Colombian university

The Universidad Externado de Colombia (Externado University of Colombia) is a private university in Bogotá, Colombia. It has produced graduates including lawyers, academics, judges, financiers, journalists, as well as senior government officials and politicians. The institution grants 4 and 5-year professional degrees, as well as advanced Master and Doctoral degrees. Instruction is primarily in Spanish. In 2023, it had more than 13,000 students.

As well as being a member of the Unión de Universidades de América Latina, UDUAL, and the Asociación Internacional de Universidades, AIU., it is a founding member of the Asociación Colombiana de Universidades, ASCUN.

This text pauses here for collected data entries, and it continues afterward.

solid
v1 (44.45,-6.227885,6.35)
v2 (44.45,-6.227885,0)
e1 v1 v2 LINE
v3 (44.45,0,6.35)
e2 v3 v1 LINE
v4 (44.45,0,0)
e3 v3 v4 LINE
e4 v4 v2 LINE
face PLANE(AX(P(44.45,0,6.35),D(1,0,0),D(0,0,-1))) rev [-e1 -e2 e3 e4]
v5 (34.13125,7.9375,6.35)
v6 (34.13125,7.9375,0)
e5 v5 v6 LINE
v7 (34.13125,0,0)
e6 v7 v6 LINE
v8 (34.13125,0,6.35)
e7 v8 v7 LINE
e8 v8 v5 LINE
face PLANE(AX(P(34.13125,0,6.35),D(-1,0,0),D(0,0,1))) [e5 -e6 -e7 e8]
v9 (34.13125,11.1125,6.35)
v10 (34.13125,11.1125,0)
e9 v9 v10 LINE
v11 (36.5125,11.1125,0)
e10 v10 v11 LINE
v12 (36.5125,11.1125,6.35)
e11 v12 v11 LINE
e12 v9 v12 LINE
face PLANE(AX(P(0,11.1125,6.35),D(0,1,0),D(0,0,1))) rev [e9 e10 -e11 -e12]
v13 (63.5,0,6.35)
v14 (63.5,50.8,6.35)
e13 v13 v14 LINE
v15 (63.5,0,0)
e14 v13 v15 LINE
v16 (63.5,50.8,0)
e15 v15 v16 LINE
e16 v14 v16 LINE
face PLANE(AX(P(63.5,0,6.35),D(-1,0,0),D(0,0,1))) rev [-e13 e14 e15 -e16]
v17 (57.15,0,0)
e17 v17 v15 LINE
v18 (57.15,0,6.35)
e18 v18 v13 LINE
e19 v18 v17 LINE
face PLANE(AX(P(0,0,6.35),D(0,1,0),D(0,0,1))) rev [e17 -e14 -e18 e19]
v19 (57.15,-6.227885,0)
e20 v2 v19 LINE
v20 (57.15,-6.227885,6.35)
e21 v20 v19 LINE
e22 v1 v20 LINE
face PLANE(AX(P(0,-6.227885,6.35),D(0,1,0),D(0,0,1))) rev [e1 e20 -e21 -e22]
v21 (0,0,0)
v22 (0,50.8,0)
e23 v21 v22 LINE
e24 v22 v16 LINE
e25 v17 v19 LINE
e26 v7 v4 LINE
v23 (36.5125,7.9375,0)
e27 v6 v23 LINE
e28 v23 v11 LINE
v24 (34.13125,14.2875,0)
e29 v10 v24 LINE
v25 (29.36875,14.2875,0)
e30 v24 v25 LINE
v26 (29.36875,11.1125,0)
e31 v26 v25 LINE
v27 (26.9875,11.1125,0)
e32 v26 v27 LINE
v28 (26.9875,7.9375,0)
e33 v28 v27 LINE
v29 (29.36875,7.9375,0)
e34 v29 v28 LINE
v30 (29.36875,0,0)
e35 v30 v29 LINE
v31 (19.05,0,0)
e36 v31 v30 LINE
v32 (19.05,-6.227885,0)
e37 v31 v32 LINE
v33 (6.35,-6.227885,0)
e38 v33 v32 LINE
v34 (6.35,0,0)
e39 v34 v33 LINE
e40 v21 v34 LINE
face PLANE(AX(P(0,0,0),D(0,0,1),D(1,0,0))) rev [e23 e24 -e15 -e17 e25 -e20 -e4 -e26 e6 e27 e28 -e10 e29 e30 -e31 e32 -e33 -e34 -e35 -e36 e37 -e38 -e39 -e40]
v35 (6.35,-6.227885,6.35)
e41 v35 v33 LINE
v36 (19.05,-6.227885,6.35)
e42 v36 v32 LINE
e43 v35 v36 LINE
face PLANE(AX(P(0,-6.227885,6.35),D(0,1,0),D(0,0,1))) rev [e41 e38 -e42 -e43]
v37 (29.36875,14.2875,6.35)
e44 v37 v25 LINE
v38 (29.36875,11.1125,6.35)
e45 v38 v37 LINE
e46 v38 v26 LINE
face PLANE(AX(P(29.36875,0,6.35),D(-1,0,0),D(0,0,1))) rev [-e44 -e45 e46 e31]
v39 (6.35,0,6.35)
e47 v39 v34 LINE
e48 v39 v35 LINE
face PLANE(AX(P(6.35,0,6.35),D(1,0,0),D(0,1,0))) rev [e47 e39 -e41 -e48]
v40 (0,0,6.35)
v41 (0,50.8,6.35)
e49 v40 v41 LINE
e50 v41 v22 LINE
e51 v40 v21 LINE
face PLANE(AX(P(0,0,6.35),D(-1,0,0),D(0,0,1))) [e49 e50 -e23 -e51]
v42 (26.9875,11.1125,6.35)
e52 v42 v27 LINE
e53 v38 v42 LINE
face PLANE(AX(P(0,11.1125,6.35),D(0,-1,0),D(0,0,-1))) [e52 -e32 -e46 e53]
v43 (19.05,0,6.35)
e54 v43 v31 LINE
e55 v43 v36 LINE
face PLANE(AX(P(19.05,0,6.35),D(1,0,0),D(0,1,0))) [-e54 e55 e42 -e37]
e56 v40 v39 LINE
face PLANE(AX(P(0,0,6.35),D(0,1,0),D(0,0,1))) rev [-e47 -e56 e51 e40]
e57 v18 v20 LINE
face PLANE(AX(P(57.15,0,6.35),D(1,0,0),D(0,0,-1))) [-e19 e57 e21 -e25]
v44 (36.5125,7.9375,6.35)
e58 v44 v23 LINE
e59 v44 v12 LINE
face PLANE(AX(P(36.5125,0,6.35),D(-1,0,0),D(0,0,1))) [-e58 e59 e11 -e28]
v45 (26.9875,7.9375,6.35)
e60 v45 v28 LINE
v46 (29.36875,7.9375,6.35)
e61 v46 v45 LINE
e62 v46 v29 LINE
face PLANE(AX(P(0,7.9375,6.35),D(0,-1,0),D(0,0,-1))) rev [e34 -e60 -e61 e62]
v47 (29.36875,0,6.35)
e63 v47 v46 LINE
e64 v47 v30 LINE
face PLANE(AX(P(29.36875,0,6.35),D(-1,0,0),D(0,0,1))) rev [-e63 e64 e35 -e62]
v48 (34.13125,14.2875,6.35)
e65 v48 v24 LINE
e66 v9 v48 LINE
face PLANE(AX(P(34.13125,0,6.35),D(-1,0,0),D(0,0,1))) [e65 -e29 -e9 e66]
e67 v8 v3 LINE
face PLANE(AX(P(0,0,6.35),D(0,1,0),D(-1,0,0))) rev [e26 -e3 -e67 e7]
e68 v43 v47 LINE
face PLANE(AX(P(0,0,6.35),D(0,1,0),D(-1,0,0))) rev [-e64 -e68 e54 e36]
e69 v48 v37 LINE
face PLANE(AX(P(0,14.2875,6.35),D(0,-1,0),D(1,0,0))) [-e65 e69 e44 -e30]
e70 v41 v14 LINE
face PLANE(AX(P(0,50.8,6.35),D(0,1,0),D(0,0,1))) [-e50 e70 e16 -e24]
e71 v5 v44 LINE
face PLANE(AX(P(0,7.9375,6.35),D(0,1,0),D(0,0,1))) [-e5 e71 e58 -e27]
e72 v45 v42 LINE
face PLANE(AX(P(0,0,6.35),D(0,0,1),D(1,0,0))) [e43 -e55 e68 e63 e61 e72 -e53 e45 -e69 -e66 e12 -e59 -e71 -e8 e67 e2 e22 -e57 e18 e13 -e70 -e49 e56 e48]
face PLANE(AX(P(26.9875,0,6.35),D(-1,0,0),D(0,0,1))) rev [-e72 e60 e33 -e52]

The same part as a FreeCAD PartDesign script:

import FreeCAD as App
import Part
import Sketcher
Q = App.Units.Quantity


def add_polygon(sketch, points):
    """Adds a closed chain of lines whose ends are joined by coincident constraints."""
    first, n = sketch.GeometryCount, len(points)
    for a, b in zip(points, points[1:] + points[:1]):
        sketch.addGeometry(Part.LineSegment(App.Vector(*a, 0), App.Vector(*b, 0)), False)
    for i in range(n):
        sketch.addConstraint(Sketcher.Constraint("Coincident", first + i, 2, first + (i + 1) % n, 1))

doc = App.newDocument("Part")
body = doc.addObject("PartDesign::Body", "Body")

# Sketch on XY plane
sketch1 = body.newObject("Sketcher::SketchObject", "Sketch")
sketch1.AttachmentSupport = (doc.getObject("XY_Plane"), [""])
sketch1.MapMode = "FlatFace"
add_polygon(sketch1, [(26.9875, 11.1125), (29.36875, 11.1125), (29.36875, 14.2875), (34.13125, 14.2875), (34.13125, 11.1125), (36.5125, 11.1125), (36.5125, 7.9375), (34.13125, 7.9375), (34.13125, 0), (44.45, 0), (44.45, -6.227885), (57.15, -6.227885), (57.15, 0), (63.5, 0), (63.5, 50.8), (0, 50.8), (0, 0), (6.35, 0), (6.35, -6.227885), (19.05, -6.227885), (19.05, 0), (29.36875, 0), (29.36875, 7.9375), (26.9875, 7.9375)])  # lines 0-23
sketch1.addConstraint(Sketcher.Constraint("Horizontal", 0))
sketch1.addConstraint(Sketcher.Constraint("Vertical", 1))
sketch1.addConstraint(Sketcher.Constraint("Horizontal", 2))
sketch1.addConstraint(Sketcher.Constraint("Vertical", 3))
sketch1.addConstraint(Sketcher.Constraint("Horizontal", 4))
sketch1.addConstraint(Sketcher.Constraint("Vertical", 5))
sketch1.addConstraint(Sketcher.Constraint("Horizontal", 6))
sketch1.addConstraint(Sketcher.Constraint("Vertical", 7))
sketch1.addConstraint(Sketcher.Constraint("Horizontal", 8))
sketch1.addConstraint(Sketcher.Constraint("Vertical", 9))
sketch1.addConstraint(Sketcher.Constraint("Horizontal", 10))
sketch1.addConstraint(Sketcher.Constraint("Vertical", 11))
sketch1.addConstraint(Sketcher.Constraint("Horizontal", 12))
sketch1.addConstraint(Sketcher.Constraint("Vertical", 13))
sketch1.addConstraint(Sketcher.Constraint("Horizontal", 14))
sketch1.addConstraint(Sketcher.Constraint("Vertical", 15))
sketch1.addConstraint(Sketcher.Constraint("Horizontal", 16))
sketch1.addConstraint(Sketcher.Constraint("Vertical", 17))
sketch1.addConstraint(Sketcher.Constraint("Horizontal", 18))
sketch1.addConstraint(Sketcher.Constraint("Vertical", 19))
sketch1.addConstraint(Sketcher.Constraint("Horizontal", 20))
sketch1.addConstraint(Sketcher.Constraint("Vertical", 21))
sketch1.addConstraint(Sketcher.Constraint("Horizontal", 22))
sketch1.addConstraint(Sketcher.Constraint("Vertical", 23))
sketch1.addConstraint(Sketcher.Constraint("Coincident", 15, 2, -1, 1))
sketch1.addConstraint(Sketcher.Constraint("PointOnObject", 7, 2, -1))
sketch1.addConstraint(Sketcher.Constraint("PointOnObject", 11, 2, -1))
sketch1.addConstraint(Sketcher.Constraint("PointOnObject", 19, 2, -1))
sketch1.addConstraint(Sketcher.Constraint("Horizontal", 0, 2, 3, 2))
sketch1.addConstraint(Sketcher.Constraint("Horizontal", 10, 2, 17, 2))
sketch1.addConstraint(Sketcher.Constraint("Horizontal", 6, 2, 21, 2))
sketch1.addConstraint(Sketcher.Constraint("Vertical", 3, 2, 6, 2))
sketch1.addConstraint(Sketcher.Constraint("Vertical", 1, 2, 20, 2))
sketch1.addConstraint(Sketcher.Constraint("Equal", 0, 4))
sketch1.addConstraint(Sketcher.Constraint("Equal", 12, 16))
sketch1.addConstraint(Sketcher.Constraint("Equal", 10, 18))
sketch1.addConstraint(Sketcher.Constraint("Equal", 8, 20))
sketch1.addConstraint(Sketcher.Constraint("Equal", 3, 5))
sketch1.addConstraint(Sketcher.Constraint("DistanceY", 13, 1, 13, 2, Q("2 in")))
sketch1.addConstraint(Sketcher.Constraint("DistanceX", 10, 1, 10, 2, Q("0.5 in")))
sketch1.addConstraint(Sketcher.Constraint("DistanceX", 14, 2, 14, 1, Q("2.5 in")))
sketch1.addConstraint(Sketcher.Constraint("DistanceX", 12, 1, 12, 2, Q("0.25 in")))
sketch1.addConstraint(Sketcher.Constraint("DistanceX", 0, 1, 0, 2, Q("0.09375 in")))
sketch1.addConstraint(Sketcher.Constraint("DistanceX", 2, 1, 2, 2, Q("0.1875 in")))
sketch1.addConstraint(Sketcher.Constraint("DistanceY", 1, 1, 1, 2, Q("0.125 in")))
sketch1.addConstraint(Sketcher.Constraint("DistanceY", 7, 2, 7, 1, Q("0.3125 in")))
sketch1.addConstraint(Sketcher.Constraint("DistanceY", 9, 2, 9, 1, 6.227885))
pad1 = body.newObject("PartDesign::Pad", "Pad")
pad1.Profile = sketch1
pad1.Length = Q("0.25 in")

doc.recompute()
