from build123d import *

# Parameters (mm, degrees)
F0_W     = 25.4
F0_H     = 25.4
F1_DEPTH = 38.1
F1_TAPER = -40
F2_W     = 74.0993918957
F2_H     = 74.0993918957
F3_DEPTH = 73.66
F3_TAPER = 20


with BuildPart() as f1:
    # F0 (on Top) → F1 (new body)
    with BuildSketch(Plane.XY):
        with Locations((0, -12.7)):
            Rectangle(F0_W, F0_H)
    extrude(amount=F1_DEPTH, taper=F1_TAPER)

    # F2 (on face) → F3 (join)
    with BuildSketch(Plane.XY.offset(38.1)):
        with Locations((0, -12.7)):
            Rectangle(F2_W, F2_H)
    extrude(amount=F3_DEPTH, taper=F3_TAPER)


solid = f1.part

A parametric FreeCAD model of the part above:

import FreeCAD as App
import Part
import Sketcher
from FreeCAD import Vector
Q = App.Units.Quantity

doc = App.newDocument("Part")
params = doc.addObject("Spreadsheet::Sheet", "Params")
for row, (alias, value) in enumerate([
    ("sketch1_width", "1 in"),
    ("pad1_length", "1.5 in"),
    ("pad1_taper", "40 deg"),
    ("pad2_length", "2.9 in"),
    ("pad2_taper", "-20 deg"),
], start=1):
    params.set(f"A{row}", alias)
    params.set(f"B{row}", "=" + value)
    params.setAlias(f"B{row}", alias)

body = doc.addObject("PartDesign::Body", "Body")

# Sketch on XY plane
sketch1 = body.newObject("Sketcher::SketchObject", "Sketch")
sketch1.AttachmentSupport = (doc.getObject("XY_Plane"), [""])
sketch1.MapMode = "FlatFace"
sketch1.addGeometry([
    Part.LineSegment(Vector(-13, 0, 0), Vector(-13, -25, 0)),
    Part.LineSegment(Vector(-13, -25, 0), Vector(13, -25, 0)),
    Part.LineSegment(Vector(13, -25, 0), Vector(13, 0, 0)),
    Part.LineSegment(Vector(13, 0, 0), Vector(-13, 0, 0)),
], False)
sketch1.addConstraint([
    Sketcher.Constraint("Coincident", 0, 2, 1, 1),
    Sketcher.Constraint("Coincident", 1, 2, 2, 1),
    Sketcher.Constraint("Coincident", 2, 2, 3, 1),
    Sketcher.Constraint("Coincident", 3, 2, 0, 1),
    Sketcher.Constraint("Vertical", 0),
    Sketcher.Constraint("Horizontal", 1),
    Sketcher.Constraint("Vertical", 2),
    Sketcher.Constraint("Horizontal", 3),
    Sketcher.Constraint("Symmetric", 2, 2, 3, 2, -1, 1),
    Sketcher.Constraint("Equal", 3, 0),
    Sketcher.Constraint("DistanceX", 1, 1, 1, 2, Q("1 in")),
])
sketch1.setExpression("Constraints[10]", "Params.sketch1_width")
pad1 = body.newObject("PartDesign::Pad", "Pad")
pad1.Profile = sketch1
pad1.setExpression("Length", "Params.pad1_length")
pad1.setExpression("TaperAngle", "Params.pad1_taper")

# Sketch on XY plane
sketch2 = body.newObject("Sketcher::SketchObject", "Sketch001")
sketch2.AttachmentSupport = (doc.getObject("XY_Plane"), [""])
sketch2.MapMode = "FlatFace"
sketch2.AttachmentOffset = App.Placement(Vector(0, 0, 1.5 * 25.4), App.Rotation())
sketch2.addGeometry([
    Part.LineSegment(Vector(-37, 24, 0), Vector(-37, -50, 0)),
    Part.LineSegment(Vector(-37, -50, 0), Vector(37, -50, 0)),
    Part.LineSegment(Vector(37, -50, 0), Vector(37, 24, 0)),
    Part.LineSegment(Vector(37, 24, 0), Vector(-37, 24, 0)),
], False)
sketch2.addConstraint([
    Sketcher.Constraint("Coincident", 0, 2, 1, 1),
    Sketcher.Constraint("Coincident", 1, 2, 2, 1),
    Sketcher.Constraint("Coincident", 2, 2, 3, 1),
    Sketcher.Constraint("Coincident", 3, 2, 0, 1),
    Sketcher.Constraint("Vertical", 0),
    Sketcher.Constraint("Horizontal", 1),
    Sketcher.Constraint("Vertical", 2),
    Sketcher.Constraint("Horizontal", 3),
    Sketcher.Constraint("Equal", 3, 0),
    Sketcher.Constraint("DistanceX", 1, 1, 1, 2, Q("74.099392 mm")),
    Sketcher.Constraint("DistanceX", 0, 2, -1, 1, Q("37.049696 mm")),
    Sketcher.Constraint("DistanceY", 0, 2, -1, 1, Q("49.749696 mm")),
])
pad2 = body.newObject("PartDesign::Pad", "Pad001")
pad2.Profile = sketch2
pad2.setExpression("Length", "Params.pad2_length")
pad2.setExpression("TaperAngle", "Params.pad2_taper")

doc.recompute()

In 2005, UNESCO established a chair in Human Rights, Violence, Public Policies and Governance, at the university.

== History ==
It was founded on the 15 February 1886, by jurist and educator Nicolás Pinzón Warlosten, in answer to the educational restrictions imposed during "La Regeneración" which was a period when conservatives managed the government. It gained full university status in 1958. Nicolás Pinzón Warlosten, who obtained help and aid from professors from the radical liberalism movement, and intellectuals from the body-social, formed an educational institution.

== Admissions ==
Its admission requirements are the Colombian bachiller (secondary school certificate) and the Examen de Estado (the State Exams). Furthermore, the SAT and/or ACT are recognized for American students wanting to transfer to the Universidad Externado.

== Academics ==
Programmes offered are:
- Business Management
- Tourism and Hotel Management
- Educational Sciences
- Social Sciences (Anthropology, Sociology, Psychology, Philosophy, Social Work, Geography and History)
- Journalism
- Public Accounting
- Law
- Economics
- Cultural Heritage Studies (Museology, Archaeology and Restoration)
- Finance and International Relations
- Government and International Relations
- Sociology
- Anthropology
- Social Work
- Geography
- Psychology
- Philosophy
- History

==Notable alumni==

- Gustavo Petro, current president of Colombia
- Rodrigo Lara, lawyer and Minister of Justice
- Daniel Coronell, journalist
- Claudia López Hernández, mayor of Bogotá
- Jaime Giraldo Ángel, attorney and psychologist
- Fabiola Posada, comedian and actress

== Accreditation of High Quality Education ==
The Universidad Externado de Colombia obtained from the National Council of Accreditation of Colombia the accreditation of high quality for the university for eight years, the second highest available, as well as for programs such as: Law, Finance and International Relations, Government and International Relations, Accounting, Journalism, Economy, and Business Administration.